On a Sunday, the teams from city schools, six people each, under the supervision of their PE teachers, went on a one day hike to the forest near the Seim. There were all sorts of competitions: for the transportation of an “injured” without a stretcher, for putting up a two-man tent, for skillful bandaging…
My part in the competitions was measuring distances by eye. The umpire asked how many meters were to the tree over there, and then silently recorded the participants’ estimations. I was following changes in his facial expression.
Someone said the distance was 20 meters. The umpire lifted his right eyebrow, the guess seemed an overshoot. To the estimation in 14 meters, the umpire’s mouth dropped its left corner—not enough. So I called out the average—17 meters. After everyone got thru their attempts, the umpire checked his records and announced that the most accurate was my guess – I didn’t need a tape-meter…
However, everything was to be decided in the concluding contest of boiling water on the fire in a ten-liter tin bucket. No favoritism would help out, neither reading of facial expressions.

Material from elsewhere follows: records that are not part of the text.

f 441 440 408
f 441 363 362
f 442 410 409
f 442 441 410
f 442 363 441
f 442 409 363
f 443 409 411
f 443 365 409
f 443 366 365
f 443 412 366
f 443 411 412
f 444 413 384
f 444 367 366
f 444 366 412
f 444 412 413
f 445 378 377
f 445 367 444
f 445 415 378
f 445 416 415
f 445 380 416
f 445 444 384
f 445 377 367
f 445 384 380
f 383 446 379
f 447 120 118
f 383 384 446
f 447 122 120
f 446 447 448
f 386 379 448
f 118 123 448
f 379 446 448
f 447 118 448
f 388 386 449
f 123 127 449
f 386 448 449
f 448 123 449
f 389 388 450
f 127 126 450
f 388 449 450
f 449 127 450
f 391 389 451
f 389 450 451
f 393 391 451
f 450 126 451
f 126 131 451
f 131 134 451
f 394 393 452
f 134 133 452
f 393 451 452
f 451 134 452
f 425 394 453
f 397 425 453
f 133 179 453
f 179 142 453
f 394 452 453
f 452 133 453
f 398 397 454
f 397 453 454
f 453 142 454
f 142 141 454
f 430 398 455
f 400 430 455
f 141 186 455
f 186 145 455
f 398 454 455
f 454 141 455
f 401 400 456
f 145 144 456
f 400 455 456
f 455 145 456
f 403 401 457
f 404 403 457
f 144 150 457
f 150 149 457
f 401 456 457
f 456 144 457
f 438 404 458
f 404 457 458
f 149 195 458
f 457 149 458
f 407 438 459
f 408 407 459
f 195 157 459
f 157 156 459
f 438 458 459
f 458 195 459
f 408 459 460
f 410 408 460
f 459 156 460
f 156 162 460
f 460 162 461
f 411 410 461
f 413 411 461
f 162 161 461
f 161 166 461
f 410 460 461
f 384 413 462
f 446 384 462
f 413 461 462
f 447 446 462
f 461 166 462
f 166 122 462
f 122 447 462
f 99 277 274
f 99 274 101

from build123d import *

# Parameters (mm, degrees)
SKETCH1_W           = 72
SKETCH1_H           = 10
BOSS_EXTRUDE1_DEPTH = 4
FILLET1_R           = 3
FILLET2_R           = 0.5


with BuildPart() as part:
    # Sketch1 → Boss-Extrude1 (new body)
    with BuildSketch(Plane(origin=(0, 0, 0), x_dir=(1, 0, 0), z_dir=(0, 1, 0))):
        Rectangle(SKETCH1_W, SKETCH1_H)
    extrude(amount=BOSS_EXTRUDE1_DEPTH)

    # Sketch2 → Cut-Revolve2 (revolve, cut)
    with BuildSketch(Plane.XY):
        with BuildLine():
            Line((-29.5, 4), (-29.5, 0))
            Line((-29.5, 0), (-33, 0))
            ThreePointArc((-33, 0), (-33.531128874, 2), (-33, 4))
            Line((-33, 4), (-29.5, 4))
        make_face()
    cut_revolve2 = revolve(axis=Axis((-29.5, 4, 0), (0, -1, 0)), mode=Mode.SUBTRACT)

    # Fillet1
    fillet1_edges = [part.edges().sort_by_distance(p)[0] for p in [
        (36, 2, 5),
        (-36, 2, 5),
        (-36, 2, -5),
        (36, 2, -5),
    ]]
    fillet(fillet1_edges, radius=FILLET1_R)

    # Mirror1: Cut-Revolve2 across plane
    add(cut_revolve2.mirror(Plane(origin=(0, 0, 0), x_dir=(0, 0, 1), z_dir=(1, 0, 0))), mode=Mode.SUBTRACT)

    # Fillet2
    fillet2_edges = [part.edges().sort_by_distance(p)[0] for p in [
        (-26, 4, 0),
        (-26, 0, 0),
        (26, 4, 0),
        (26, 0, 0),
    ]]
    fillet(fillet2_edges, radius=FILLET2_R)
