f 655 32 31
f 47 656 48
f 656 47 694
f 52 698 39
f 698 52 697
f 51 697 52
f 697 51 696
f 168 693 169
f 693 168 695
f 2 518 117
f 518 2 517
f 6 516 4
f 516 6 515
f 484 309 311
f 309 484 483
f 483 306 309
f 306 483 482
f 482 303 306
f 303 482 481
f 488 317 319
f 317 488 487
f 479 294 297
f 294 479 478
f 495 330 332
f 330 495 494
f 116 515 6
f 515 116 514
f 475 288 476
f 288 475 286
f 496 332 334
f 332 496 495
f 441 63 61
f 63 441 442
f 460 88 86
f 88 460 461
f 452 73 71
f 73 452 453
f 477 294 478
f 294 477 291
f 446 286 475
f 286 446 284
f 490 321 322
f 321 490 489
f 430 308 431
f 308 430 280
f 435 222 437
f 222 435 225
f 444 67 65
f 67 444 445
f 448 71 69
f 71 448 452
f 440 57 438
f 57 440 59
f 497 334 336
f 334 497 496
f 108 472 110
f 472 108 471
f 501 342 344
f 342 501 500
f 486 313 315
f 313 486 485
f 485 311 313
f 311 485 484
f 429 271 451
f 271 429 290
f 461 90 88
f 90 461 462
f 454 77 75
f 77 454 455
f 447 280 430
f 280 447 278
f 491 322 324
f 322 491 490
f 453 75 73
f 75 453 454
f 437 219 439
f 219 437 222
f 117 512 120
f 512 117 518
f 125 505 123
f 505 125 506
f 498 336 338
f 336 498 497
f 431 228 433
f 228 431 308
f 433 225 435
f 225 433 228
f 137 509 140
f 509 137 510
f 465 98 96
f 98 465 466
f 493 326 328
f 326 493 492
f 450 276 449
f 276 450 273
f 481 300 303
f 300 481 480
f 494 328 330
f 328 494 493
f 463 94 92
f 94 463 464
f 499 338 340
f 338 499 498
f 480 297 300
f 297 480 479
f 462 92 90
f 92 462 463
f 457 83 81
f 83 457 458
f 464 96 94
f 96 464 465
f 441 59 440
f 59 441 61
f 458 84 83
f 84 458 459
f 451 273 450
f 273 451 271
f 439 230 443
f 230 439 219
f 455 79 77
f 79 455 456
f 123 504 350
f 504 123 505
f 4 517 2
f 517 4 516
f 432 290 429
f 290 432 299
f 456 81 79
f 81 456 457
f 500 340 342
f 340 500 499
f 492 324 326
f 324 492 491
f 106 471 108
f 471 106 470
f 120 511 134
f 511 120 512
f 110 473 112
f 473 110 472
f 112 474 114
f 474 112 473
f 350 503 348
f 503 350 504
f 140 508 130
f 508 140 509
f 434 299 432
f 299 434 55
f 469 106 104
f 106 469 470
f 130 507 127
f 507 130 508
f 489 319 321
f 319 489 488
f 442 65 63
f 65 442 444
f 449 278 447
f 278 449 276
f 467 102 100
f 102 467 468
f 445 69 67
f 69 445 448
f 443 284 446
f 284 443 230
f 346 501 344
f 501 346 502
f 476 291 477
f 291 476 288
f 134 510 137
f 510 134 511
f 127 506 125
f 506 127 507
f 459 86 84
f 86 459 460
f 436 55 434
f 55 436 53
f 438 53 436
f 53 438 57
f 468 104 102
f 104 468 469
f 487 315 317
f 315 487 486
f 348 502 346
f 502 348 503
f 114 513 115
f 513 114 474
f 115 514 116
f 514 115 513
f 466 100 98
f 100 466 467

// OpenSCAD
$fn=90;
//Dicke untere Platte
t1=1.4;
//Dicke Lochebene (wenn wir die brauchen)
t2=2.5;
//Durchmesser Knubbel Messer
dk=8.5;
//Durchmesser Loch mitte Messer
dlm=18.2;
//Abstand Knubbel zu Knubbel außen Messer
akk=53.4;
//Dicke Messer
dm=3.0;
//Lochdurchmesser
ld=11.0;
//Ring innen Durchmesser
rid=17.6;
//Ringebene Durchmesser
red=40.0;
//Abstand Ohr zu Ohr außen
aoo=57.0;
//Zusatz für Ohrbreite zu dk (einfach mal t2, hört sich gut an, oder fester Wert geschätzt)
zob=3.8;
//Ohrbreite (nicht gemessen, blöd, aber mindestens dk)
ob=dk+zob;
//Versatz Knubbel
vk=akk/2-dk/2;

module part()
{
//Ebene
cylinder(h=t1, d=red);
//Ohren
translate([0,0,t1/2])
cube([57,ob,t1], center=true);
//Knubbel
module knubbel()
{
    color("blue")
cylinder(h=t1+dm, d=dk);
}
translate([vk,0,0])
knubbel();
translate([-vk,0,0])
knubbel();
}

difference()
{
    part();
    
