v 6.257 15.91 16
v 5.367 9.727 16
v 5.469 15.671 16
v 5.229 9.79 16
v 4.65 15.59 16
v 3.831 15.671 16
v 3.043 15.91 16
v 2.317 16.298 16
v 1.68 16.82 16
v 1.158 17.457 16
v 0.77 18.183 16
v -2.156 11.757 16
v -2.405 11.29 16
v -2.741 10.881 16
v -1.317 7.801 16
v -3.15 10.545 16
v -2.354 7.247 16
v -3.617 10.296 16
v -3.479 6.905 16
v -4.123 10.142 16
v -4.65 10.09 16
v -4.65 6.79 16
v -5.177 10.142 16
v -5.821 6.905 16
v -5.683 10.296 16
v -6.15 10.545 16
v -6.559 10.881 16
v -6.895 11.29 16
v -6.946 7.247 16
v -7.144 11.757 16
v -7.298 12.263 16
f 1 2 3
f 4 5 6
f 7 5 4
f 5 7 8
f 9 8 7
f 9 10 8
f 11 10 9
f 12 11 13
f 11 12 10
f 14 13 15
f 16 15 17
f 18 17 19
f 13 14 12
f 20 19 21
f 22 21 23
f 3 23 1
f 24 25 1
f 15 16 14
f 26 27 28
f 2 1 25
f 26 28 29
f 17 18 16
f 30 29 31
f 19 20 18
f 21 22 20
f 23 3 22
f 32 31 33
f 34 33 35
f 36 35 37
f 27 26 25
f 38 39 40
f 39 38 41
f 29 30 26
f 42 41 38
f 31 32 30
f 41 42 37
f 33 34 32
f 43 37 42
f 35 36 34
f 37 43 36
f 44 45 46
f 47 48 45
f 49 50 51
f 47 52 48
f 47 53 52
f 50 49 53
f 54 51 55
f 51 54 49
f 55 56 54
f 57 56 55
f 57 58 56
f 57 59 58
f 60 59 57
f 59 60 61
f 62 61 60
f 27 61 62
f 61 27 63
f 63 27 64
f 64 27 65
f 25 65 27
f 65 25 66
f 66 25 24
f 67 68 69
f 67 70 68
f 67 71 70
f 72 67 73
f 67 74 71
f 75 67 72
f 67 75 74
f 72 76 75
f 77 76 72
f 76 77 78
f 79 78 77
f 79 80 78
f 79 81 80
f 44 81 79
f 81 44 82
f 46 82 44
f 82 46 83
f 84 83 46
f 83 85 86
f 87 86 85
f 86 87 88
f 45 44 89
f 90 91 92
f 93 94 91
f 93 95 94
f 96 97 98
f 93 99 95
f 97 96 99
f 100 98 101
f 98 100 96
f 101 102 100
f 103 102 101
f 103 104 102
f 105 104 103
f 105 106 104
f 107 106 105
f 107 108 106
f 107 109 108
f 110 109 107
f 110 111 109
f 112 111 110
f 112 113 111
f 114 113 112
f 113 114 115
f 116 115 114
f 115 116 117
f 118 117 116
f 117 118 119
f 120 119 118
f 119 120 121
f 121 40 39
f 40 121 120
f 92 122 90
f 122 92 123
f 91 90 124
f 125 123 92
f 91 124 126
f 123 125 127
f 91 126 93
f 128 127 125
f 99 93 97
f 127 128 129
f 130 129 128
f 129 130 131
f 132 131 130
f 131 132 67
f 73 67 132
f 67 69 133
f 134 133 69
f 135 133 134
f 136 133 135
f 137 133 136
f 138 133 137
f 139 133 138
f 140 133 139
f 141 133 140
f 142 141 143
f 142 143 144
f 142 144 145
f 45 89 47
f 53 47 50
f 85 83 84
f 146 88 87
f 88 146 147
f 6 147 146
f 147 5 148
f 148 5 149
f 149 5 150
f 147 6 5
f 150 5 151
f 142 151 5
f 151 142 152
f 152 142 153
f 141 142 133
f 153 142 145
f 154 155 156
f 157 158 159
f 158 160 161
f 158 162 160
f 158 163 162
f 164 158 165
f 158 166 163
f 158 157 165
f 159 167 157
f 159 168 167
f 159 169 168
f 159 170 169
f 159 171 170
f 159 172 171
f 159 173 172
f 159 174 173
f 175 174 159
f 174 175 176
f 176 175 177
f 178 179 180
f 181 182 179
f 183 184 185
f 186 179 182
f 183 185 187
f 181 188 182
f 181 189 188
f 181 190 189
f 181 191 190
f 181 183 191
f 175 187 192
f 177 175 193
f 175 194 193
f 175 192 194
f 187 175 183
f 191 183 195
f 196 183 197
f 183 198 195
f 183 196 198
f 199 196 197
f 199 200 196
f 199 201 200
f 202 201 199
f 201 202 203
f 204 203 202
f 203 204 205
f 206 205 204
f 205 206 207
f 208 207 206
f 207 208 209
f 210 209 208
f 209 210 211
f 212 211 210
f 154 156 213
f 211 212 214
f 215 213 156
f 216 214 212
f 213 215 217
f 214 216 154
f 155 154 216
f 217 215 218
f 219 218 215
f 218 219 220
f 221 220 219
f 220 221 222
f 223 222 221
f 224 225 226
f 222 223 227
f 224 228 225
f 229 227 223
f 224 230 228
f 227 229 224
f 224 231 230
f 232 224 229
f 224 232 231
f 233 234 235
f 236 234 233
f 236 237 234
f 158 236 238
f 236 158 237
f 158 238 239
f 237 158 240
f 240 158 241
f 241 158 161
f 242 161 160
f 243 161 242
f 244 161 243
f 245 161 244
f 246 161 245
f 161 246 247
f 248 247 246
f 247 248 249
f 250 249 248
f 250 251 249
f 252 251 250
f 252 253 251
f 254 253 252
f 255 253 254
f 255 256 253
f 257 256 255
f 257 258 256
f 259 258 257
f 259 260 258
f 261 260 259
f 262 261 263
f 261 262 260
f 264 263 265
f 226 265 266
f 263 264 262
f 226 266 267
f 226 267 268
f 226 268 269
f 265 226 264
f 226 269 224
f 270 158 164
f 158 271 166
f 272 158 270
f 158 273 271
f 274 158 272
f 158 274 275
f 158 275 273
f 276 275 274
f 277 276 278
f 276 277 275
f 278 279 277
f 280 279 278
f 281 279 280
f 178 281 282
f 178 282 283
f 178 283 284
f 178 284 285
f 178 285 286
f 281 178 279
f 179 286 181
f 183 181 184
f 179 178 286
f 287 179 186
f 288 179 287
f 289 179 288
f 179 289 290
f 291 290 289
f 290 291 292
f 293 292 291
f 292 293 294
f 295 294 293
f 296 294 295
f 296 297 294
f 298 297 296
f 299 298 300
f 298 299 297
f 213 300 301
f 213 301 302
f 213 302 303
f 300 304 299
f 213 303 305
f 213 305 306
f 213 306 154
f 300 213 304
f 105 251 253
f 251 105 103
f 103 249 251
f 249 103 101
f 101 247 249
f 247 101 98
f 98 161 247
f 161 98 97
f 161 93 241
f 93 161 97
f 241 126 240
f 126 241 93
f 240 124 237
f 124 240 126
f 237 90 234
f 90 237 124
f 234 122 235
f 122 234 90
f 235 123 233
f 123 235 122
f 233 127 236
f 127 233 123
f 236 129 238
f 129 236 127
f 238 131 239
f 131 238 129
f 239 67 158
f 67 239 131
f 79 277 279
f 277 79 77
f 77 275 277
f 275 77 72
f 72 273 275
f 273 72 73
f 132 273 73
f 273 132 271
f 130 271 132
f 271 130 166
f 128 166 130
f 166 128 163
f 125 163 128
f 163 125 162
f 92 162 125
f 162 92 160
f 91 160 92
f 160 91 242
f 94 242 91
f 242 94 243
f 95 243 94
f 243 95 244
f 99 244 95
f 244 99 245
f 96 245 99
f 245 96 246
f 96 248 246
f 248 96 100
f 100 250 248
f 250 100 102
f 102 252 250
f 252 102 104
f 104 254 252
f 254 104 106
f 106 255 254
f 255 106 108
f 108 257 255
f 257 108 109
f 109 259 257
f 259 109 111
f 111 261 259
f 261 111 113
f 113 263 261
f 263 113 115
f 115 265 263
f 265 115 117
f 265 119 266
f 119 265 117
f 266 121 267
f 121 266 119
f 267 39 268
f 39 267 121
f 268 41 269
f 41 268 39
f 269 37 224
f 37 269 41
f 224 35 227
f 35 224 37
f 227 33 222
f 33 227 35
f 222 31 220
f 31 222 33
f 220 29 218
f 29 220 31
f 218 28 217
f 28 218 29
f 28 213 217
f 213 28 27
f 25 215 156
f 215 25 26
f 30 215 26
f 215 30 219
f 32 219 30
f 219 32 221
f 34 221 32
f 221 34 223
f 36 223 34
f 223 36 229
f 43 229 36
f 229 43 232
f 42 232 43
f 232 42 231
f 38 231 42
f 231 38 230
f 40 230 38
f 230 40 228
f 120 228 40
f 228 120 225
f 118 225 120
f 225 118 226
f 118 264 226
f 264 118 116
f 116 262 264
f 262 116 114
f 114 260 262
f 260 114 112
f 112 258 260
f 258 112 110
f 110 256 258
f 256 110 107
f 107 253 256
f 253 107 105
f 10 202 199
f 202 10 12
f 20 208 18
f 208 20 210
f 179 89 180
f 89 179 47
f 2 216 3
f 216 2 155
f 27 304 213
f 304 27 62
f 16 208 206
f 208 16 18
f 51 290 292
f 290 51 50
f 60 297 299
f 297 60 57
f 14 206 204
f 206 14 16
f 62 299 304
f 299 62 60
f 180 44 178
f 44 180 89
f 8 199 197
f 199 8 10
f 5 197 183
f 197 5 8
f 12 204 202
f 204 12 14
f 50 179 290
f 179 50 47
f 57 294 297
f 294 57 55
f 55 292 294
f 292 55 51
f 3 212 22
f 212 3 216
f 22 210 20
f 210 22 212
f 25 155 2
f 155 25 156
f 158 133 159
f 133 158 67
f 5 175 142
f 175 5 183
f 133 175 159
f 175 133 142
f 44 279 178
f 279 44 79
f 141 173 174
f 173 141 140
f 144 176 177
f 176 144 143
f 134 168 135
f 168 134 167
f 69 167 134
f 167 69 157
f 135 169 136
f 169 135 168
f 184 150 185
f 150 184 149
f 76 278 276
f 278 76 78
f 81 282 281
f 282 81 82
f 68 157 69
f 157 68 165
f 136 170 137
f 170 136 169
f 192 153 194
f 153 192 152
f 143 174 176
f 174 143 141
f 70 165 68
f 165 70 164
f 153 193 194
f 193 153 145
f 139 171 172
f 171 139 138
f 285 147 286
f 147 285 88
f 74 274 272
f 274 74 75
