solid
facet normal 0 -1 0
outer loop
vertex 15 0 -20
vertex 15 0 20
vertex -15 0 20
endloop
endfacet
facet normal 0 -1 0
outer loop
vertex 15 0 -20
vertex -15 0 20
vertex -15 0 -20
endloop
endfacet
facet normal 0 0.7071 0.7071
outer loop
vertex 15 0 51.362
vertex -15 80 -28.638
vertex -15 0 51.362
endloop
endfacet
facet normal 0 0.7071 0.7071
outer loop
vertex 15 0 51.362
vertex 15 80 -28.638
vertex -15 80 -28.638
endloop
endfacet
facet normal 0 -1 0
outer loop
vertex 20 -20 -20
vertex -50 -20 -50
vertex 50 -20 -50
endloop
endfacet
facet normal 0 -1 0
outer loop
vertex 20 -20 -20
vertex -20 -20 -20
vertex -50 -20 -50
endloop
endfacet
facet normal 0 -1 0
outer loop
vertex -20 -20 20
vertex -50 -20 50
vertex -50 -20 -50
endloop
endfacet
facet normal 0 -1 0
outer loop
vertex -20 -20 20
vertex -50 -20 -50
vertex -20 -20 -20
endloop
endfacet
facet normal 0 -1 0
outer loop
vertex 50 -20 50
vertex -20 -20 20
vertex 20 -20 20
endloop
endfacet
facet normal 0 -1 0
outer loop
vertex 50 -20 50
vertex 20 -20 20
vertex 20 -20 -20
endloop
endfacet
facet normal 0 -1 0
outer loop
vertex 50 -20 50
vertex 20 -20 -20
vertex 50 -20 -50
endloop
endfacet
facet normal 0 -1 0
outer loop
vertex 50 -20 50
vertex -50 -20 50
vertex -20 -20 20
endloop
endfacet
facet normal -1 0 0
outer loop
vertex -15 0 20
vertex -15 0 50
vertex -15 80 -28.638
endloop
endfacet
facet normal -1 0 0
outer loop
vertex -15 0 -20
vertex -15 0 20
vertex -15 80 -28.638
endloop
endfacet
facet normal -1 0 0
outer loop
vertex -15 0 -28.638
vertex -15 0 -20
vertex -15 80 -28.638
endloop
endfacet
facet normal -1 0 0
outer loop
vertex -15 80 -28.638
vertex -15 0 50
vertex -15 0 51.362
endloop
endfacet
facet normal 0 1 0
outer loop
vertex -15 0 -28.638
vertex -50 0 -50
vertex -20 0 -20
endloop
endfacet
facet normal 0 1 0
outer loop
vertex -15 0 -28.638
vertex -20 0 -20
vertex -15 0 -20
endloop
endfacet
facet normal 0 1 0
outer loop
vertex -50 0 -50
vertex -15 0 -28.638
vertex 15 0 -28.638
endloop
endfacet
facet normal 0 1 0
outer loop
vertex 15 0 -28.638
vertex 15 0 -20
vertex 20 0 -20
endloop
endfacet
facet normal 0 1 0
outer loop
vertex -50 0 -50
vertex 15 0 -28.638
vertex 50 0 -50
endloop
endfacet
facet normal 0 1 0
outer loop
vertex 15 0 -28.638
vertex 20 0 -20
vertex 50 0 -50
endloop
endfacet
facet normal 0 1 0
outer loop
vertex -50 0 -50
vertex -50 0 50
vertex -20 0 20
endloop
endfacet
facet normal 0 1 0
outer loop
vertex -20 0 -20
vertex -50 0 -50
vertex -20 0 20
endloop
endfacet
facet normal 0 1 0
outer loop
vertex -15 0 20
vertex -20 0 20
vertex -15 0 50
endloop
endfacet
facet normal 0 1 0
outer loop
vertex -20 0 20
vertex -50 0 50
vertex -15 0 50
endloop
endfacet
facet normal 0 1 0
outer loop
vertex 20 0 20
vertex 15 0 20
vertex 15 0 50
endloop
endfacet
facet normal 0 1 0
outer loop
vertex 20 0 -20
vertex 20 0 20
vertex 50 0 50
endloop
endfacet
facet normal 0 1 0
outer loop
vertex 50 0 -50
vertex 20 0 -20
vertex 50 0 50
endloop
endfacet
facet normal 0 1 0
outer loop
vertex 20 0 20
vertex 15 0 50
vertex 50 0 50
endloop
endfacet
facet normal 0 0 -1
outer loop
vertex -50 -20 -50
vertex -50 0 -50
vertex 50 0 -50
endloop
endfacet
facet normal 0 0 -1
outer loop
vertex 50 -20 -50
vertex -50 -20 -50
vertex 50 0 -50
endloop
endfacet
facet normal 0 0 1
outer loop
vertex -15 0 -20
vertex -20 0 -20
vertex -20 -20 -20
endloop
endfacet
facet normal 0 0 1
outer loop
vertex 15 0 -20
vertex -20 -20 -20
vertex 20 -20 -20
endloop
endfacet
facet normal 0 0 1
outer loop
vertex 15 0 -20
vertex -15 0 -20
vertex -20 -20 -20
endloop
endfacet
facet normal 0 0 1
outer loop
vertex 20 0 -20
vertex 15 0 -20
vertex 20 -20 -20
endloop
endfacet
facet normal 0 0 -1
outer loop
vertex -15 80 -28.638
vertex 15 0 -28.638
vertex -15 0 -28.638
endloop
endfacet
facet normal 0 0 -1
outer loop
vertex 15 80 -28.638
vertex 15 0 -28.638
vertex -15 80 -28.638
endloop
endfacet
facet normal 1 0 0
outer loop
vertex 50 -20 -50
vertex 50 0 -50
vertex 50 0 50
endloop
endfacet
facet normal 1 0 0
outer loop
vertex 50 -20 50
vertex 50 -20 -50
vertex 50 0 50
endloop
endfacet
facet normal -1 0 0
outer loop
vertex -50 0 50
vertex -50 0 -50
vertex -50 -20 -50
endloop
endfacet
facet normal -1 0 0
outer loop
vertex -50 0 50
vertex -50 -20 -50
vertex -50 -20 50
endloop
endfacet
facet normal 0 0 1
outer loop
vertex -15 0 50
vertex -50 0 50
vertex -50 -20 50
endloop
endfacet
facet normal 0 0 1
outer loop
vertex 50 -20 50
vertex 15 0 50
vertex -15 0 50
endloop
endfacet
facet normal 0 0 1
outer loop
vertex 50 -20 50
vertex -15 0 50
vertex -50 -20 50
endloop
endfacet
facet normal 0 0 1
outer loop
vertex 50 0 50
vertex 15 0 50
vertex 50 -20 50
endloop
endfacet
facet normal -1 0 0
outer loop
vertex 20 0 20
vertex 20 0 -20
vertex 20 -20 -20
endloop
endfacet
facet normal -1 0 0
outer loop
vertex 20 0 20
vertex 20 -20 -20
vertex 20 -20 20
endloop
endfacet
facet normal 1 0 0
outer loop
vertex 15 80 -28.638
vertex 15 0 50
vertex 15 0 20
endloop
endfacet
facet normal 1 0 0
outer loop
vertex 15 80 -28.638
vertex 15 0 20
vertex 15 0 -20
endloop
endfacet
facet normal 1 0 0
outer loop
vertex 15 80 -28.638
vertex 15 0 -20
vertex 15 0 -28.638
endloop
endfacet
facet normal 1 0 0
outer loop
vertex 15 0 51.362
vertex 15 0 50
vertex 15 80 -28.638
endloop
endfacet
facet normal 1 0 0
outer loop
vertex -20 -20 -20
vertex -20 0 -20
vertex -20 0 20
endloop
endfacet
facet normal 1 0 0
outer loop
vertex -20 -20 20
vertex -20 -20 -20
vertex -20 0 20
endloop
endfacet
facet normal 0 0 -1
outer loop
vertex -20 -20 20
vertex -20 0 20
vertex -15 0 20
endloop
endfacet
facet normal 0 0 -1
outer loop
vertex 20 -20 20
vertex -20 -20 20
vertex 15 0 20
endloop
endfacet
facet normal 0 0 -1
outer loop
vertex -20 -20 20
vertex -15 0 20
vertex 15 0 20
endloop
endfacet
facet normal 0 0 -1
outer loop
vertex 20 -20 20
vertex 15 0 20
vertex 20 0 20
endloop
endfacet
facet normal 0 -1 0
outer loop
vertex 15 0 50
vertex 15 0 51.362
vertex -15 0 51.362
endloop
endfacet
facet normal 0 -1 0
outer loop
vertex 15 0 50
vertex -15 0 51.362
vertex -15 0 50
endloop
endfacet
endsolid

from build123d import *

# Parameters (mm, degrees)
F0_W     = 100
F0_H     = 100
F0_W_2   = 40
F0_H_2   = 40
F1_DEPTH = 20
F3_DEPTH = 15


with BuildPart() as f1:
    # F0 (on Front) → F1 (new body)
    with BuildSketch(Plane.XZ):
        Rectangle(F0_W, F0_H)
        Rectangle(F0_W_2, F0_H_2, mode=Mode.SUBTRACT)
    extrude(amount=F1_DEPTH)

    # F2 (on Right) → F3 (join, symmetric)
    with BuildSketch(Plane.YZ):
        Polygon((80, -28.63813), (0, 51.36187), (0, -28.63813), align=None)
    extrude(amount=F3_DEPTH, both=True)


solid = f1.part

The start given, the matches stroke matchboxes by the brushwood mounds readied for bonfires. Dense white smoke gave way to crackling flames—it’s time to hang the bucket over the fire and feed the firewood to it; the drier, the better.
The red tongues of fire fluttered unsteadily under the bucket, licking its tin, painting it black with soot. The bastard of a wind! So much of flames driven away from under the bucket… The team of School 12, trying to control the situation, held a blanket in their hands, sort of a screen to block the wind, prevent its playing with the fire. But we? Our PE teacher Ivan Ivanovich, a wartime soldier and an experienced fisherman, scornfully waved aside their smartness. That’s all bullshit! Get more brushwood, the drier and smaller, the better. Put it over that side!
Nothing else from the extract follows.